Jesse Seymour talks about junk dimensions in warehousing:

I think one of the single biggest challenges I face as I attempt to warehouse data that originates as a SharePoint list is the handful of miscellaneous descriptive fields, such as approval status, request status, or something similar.  Typically, this fields are setup as Choice fields in the SharePoint list so they have a known range of values, but its still a pain to have to build a dimension for each one.

Enter the junk dimension.  Ever since I learned about this concept it has made my life so much easier.  What the junk dimension does is perform a cross join against the different fields and creates a row for every possible combination of fields.

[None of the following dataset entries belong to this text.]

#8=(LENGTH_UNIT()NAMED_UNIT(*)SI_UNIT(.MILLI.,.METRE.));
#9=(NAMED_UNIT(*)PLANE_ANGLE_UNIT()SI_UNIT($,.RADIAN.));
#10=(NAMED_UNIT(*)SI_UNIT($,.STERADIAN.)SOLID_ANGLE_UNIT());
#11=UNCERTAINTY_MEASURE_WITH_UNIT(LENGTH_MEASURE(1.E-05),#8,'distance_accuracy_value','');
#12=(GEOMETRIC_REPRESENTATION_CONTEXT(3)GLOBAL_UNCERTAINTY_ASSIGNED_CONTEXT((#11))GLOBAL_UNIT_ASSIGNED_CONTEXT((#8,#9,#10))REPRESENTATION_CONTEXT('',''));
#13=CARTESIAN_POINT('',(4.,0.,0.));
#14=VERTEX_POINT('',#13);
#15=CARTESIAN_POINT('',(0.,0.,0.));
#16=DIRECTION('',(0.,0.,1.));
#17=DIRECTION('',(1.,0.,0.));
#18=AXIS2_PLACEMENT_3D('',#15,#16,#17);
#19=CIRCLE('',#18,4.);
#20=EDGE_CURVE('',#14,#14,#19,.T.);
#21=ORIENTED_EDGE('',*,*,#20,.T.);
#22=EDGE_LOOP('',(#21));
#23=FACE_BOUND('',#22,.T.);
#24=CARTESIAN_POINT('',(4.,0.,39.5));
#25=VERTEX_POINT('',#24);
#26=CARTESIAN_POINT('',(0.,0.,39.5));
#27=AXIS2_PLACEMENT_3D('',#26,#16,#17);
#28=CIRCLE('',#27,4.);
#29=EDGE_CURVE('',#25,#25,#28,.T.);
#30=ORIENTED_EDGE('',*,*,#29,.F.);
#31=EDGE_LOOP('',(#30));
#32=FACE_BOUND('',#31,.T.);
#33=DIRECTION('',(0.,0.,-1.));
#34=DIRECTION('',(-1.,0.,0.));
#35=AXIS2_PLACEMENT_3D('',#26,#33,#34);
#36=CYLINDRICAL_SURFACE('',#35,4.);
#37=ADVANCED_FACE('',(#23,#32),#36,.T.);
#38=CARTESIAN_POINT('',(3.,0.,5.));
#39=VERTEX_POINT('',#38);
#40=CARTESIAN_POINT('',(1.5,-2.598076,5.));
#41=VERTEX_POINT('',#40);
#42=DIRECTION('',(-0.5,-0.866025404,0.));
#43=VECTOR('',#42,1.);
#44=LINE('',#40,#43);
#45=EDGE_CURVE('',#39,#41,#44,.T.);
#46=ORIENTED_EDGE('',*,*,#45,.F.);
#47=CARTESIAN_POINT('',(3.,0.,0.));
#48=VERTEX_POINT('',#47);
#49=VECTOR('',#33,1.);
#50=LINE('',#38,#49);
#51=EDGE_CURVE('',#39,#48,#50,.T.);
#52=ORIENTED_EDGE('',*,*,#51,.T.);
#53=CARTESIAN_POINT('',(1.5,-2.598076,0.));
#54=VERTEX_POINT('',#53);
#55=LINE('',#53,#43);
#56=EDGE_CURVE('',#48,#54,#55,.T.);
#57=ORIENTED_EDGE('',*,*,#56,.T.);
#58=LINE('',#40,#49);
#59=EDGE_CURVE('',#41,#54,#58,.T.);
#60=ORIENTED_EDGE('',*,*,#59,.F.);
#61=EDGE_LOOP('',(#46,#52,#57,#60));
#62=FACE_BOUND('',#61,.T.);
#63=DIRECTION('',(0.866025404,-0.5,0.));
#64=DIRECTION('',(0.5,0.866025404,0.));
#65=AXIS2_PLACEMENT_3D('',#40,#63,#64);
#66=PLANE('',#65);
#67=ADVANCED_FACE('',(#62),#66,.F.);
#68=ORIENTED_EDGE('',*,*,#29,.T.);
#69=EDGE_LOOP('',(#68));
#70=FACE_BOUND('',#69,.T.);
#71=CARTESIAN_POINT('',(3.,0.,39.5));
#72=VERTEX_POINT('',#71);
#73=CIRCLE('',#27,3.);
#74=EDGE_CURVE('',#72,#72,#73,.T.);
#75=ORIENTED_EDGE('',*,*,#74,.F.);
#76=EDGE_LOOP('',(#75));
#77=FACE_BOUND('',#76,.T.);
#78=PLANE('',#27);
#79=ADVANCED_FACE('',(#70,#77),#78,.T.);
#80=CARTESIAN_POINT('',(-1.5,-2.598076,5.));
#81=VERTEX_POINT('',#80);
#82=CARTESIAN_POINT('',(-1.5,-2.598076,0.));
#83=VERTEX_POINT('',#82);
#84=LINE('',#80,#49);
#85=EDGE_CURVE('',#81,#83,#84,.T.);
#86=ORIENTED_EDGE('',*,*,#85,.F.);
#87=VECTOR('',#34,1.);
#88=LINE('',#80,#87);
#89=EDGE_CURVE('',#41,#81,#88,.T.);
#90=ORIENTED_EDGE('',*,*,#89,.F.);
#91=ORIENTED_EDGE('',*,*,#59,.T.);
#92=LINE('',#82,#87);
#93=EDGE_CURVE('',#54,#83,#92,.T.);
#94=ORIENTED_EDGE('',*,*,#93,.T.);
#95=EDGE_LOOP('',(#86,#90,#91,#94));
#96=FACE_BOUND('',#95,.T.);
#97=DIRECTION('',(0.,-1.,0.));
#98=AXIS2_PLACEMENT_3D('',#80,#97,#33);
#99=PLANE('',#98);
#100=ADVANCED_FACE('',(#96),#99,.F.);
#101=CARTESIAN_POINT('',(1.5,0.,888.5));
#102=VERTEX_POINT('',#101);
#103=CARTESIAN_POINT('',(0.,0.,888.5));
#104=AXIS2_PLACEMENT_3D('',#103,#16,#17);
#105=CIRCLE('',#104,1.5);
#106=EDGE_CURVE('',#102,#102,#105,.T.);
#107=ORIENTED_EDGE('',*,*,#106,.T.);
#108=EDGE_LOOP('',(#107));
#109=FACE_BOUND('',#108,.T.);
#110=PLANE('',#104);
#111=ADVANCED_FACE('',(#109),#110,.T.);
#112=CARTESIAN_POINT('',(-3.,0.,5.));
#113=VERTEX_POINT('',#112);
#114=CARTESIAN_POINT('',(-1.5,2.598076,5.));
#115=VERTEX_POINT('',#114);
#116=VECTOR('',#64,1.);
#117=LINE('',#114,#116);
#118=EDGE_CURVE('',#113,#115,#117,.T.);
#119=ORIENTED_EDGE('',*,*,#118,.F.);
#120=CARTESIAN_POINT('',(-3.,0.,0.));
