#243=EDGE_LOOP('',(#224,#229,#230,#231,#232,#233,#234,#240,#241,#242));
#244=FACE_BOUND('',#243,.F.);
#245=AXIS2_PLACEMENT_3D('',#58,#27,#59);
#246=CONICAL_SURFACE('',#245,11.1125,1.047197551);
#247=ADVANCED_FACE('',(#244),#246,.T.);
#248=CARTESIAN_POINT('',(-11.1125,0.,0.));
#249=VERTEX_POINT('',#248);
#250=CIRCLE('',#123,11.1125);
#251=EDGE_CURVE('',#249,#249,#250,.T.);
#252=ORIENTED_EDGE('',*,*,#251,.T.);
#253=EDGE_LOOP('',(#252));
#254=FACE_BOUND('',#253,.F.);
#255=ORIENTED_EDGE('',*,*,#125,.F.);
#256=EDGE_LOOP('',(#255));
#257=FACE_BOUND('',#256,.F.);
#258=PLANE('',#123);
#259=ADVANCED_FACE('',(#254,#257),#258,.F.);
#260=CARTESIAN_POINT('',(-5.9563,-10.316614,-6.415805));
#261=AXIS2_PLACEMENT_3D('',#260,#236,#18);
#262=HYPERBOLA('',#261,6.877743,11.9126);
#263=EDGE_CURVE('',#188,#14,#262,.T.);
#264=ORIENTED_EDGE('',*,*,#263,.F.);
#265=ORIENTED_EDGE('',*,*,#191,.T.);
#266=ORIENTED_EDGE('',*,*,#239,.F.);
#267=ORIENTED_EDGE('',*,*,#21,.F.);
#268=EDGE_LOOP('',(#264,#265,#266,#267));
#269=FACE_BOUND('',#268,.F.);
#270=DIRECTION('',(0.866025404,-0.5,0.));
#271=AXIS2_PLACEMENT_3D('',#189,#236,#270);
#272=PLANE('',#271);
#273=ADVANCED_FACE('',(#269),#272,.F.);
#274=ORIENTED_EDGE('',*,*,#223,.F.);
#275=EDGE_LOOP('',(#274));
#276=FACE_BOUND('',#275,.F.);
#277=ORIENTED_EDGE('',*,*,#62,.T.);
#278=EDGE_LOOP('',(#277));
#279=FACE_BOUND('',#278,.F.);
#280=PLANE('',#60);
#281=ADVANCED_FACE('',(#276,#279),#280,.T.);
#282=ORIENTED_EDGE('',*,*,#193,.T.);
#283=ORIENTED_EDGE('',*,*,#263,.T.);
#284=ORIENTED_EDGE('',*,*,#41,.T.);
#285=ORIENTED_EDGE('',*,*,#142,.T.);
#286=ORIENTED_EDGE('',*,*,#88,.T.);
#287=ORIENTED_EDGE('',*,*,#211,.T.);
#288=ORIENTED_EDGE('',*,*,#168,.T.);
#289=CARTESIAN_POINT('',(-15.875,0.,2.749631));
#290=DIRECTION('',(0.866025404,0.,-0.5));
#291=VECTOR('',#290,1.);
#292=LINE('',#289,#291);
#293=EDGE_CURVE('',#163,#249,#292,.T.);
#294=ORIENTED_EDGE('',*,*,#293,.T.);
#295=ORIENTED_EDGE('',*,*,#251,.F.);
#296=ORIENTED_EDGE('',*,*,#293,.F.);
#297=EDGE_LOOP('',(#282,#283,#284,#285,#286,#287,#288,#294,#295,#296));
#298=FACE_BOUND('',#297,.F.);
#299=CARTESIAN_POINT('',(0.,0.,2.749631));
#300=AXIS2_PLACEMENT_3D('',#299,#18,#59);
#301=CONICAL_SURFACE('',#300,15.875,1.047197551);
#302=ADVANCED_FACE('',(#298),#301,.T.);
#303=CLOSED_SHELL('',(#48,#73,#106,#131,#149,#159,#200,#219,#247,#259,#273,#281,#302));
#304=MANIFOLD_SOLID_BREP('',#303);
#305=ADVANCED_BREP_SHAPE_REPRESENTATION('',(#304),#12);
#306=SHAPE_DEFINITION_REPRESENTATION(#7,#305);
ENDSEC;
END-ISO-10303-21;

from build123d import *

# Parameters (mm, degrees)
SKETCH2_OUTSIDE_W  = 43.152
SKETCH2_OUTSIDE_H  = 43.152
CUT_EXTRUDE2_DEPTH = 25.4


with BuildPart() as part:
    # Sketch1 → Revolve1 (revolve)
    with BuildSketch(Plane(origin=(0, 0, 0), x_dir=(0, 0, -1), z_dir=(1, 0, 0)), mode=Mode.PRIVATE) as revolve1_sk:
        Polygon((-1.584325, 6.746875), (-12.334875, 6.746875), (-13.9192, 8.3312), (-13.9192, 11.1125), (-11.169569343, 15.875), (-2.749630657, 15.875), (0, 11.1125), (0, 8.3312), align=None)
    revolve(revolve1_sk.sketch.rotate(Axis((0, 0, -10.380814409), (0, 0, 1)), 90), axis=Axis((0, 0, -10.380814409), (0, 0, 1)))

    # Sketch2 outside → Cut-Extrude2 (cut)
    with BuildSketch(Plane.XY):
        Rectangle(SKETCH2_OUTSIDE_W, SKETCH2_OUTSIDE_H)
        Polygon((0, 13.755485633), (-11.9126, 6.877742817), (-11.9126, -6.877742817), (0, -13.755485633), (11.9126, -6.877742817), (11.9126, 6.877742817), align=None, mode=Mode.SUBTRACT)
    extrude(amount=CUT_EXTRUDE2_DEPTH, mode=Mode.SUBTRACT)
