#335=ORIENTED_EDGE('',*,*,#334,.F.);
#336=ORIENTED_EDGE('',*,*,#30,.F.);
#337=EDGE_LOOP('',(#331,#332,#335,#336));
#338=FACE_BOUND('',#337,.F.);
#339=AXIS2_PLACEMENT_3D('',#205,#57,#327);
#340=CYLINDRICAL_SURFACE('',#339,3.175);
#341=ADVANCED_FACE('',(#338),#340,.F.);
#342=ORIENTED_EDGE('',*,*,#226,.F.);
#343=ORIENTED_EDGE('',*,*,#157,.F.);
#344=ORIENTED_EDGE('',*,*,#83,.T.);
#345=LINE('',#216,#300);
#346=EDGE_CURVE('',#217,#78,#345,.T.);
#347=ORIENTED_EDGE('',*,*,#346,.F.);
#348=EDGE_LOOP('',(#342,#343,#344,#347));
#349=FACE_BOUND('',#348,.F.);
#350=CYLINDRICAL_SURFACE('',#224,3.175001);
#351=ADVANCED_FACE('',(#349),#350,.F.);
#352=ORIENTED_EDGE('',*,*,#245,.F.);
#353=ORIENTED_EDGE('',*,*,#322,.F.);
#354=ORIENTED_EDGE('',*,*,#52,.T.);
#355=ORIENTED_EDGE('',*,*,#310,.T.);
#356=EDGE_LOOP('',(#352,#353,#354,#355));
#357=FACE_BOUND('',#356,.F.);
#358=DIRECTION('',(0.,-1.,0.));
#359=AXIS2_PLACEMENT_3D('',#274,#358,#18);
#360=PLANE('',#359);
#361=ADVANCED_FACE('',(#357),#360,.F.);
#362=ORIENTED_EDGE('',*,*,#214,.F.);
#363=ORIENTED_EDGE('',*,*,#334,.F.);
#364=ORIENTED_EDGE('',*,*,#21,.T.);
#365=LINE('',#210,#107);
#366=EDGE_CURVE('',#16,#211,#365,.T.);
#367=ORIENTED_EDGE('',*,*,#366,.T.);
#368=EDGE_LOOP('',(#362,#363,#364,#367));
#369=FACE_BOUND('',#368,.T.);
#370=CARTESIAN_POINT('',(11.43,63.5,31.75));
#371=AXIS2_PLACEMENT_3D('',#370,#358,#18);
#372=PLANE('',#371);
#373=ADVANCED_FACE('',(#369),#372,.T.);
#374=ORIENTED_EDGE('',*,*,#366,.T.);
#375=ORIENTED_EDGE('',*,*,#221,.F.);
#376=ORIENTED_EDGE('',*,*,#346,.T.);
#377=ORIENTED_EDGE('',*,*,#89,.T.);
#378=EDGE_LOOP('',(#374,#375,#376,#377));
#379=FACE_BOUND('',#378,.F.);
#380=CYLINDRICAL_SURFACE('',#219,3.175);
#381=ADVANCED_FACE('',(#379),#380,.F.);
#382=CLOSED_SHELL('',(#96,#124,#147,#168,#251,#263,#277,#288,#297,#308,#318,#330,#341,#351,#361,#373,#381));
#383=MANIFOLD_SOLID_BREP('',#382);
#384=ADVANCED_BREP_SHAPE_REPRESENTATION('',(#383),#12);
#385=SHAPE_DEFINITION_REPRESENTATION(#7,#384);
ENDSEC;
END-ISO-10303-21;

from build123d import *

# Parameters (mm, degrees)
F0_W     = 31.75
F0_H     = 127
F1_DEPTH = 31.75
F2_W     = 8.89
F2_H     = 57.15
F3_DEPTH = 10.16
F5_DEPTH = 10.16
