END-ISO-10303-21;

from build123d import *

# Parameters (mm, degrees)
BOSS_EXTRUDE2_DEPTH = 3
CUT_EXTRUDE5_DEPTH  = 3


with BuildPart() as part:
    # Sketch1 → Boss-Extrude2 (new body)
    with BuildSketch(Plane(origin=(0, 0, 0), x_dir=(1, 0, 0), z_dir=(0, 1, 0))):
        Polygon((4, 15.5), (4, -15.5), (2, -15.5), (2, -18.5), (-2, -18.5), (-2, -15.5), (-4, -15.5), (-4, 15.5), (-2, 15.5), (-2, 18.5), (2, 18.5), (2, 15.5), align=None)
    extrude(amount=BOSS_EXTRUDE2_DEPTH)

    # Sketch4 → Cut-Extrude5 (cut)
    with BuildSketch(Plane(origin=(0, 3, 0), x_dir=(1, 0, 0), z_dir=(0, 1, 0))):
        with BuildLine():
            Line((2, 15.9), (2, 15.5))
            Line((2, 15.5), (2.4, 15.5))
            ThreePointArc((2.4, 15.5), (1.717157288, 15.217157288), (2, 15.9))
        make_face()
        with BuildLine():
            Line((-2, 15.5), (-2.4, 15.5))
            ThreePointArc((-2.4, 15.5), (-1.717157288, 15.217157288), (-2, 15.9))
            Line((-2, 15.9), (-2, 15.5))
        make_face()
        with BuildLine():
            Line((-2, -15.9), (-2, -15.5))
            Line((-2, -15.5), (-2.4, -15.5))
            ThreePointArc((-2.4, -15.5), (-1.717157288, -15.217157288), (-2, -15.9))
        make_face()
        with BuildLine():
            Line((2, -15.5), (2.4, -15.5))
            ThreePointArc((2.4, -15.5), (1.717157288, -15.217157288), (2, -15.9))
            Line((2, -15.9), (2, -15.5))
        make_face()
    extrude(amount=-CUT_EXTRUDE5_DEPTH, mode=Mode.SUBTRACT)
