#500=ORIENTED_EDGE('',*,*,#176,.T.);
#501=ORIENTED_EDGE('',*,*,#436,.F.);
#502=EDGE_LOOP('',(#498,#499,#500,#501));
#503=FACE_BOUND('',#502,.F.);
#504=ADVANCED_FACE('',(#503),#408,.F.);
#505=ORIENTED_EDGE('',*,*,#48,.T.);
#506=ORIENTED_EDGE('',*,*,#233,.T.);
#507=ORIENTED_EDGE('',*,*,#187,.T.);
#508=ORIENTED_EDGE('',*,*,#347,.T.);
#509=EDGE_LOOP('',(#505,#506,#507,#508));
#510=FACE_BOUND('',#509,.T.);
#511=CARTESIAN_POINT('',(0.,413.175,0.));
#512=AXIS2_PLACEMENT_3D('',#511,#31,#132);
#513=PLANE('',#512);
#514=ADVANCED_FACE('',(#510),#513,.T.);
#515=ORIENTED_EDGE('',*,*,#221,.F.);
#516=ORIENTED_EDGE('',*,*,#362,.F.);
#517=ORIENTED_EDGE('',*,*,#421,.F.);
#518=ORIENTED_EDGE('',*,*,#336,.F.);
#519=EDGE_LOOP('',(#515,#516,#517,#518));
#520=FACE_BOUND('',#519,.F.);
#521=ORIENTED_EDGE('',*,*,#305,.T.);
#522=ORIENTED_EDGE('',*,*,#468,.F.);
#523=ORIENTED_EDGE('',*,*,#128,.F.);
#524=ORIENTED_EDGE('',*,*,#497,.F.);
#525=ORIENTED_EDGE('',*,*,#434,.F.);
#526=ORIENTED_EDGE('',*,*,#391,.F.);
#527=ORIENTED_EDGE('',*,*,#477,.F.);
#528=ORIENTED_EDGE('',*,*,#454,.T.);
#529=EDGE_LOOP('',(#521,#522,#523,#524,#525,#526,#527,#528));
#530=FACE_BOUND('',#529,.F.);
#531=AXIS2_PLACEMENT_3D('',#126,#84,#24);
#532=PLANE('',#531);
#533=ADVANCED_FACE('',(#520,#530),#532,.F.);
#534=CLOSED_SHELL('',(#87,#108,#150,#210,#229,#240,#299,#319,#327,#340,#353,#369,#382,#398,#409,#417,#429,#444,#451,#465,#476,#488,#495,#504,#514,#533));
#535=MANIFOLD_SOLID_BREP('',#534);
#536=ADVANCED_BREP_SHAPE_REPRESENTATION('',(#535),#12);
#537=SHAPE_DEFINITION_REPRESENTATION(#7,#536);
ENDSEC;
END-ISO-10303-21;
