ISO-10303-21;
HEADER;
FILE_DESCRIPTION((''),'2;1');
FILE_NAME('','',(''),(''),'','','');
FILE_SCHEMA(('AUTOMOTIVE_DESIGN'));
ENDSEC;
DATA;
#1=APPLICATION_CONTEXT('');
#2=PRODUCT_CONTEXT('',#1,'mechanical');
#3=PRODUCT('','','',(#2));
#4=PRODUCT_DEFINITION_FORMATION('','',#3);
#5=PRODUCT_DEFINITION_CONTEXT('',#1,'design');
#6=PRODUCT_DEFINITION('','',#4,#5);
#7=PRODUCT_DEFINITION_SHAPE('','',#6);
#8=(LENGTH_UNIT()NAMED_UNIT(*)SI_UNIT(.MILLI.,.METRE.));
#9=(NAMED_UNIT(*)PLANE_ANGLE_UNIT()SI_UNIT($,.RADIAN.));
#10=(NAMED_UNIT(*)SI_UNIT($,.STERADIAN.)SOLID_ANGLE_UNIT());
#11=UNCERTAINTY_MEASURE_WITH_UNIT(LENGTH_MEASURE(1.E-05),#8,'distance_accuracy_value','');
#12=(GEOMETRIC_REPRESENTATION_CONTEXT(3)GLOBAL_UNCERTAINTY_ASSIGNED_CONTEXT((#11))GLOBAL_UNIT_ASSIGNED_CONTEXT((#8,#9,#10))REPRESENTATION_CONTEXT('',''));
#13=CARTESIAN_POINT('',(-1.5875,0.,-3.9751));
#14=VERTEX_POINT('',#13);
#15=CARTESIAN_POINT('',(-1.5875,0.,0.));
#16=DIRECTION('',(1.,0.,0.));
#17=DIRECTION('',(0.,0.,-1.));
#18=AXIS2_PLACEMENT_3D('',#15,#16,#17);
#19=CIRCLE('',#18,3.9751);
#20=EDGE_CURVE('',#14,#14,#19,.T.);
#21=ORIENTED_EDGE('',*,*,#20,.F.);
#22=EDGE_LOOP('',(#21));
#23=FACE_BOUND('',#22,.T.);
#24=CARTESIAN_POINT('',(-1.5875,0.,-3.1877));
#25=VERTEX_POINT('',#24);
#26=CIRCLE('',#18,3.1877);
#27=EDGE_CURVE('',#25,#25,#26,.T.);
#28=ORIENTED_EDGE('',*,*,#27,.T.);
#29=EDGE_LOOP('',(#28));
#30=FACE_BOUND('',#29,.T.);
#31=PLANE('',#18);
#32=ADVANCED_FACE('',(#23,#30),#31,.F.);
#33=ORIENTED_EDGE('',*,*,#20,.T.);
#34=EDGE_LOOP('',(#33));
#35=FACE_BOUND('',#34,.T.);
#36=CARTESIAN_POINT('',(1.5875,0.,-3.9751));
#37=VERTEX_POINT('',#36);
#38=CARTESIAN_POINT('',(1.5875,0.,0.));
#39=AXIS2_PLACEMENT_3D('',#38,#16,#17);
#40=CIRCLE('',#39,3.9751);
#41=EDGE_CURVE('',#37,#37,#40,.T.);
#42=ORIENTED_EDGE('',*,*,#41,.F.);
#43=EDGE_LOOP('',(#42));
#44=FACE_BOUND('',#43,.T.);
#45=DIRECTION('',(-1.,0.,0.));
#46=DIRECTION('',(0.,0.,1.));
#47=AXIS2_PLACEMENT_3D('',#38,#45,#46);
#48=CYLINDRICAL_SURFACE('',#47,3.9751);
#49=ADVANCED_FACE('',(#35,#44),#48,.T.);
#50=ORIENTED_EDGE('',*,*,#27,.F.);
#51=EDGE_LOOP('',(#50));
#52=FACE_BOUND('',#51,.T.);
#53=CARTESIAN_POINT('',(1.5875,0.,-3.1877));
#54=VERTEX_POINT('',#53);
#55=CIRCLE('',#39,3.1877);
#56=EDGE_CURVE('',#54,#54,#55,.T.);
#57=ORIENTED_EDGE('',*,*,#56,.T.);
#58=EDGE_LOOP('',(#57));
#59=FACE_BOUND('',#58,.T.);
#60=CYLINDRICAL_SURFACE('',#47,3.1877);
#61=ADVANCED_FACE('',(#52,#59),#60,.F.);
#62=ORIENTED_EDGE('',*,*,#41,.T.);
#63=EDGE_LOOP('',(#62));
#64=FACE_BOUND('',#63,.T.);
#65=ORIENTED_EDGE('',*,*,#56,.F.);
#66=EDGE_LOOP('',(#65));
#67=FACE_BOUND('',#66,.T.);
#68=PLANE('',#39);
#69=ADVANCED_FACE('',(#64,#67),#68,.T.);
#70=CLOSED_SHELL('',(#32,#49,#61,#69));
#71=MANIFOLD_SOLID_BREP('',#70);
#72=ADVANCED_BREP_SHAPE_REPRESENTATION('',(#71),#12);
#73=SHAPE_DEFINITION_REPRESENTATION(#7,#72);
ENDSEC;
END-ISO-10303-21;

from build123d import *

# Parameters (mm, degrees)
SKETCH1_R           = 3.9751
SKETCH1_R_2         = 3.1877
BOSS_EXTRUDE1_DEPTH = 1.5875


with BuildPart() as part:
    # Sketch1 → Boss-Extrude1 (new body, symmetric)
    with BuildSketch(Plane(origin=(0, 0, 0), x_dir=(0, 0, -1), z_dir=(1, 0, 0))):
        Circle(SKETCH1_R)
        Circle(SKETCH1_R_2, mode=Mode.SUBTRACT)
    extrude(amount=BOSS_EXTRUDE1_DEPTH, both=True)


solid = part.part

Junk dimensions are nice for those low-cardinality attributes which are important but don’t really fit anywhere else.  The important thing to remember about a junk dimension is that you don’t want it to be too large:  if you have 5 attributes, each of which has 8 possible values, you have 8^5 (32,768) rows.  That’s not so bad, but make it 10 attributes and now your table has 1,073,741,824 rows, and that’s a lot of rows for a single dimension.  If you find yourself in that scenario, you might want to create two junk dimensions (bringing you back to 2 dimensions with 32K rows), review your design to see if all those attributes are necessary, or review your design to see if your “junk” dimension is hiding a real dimension.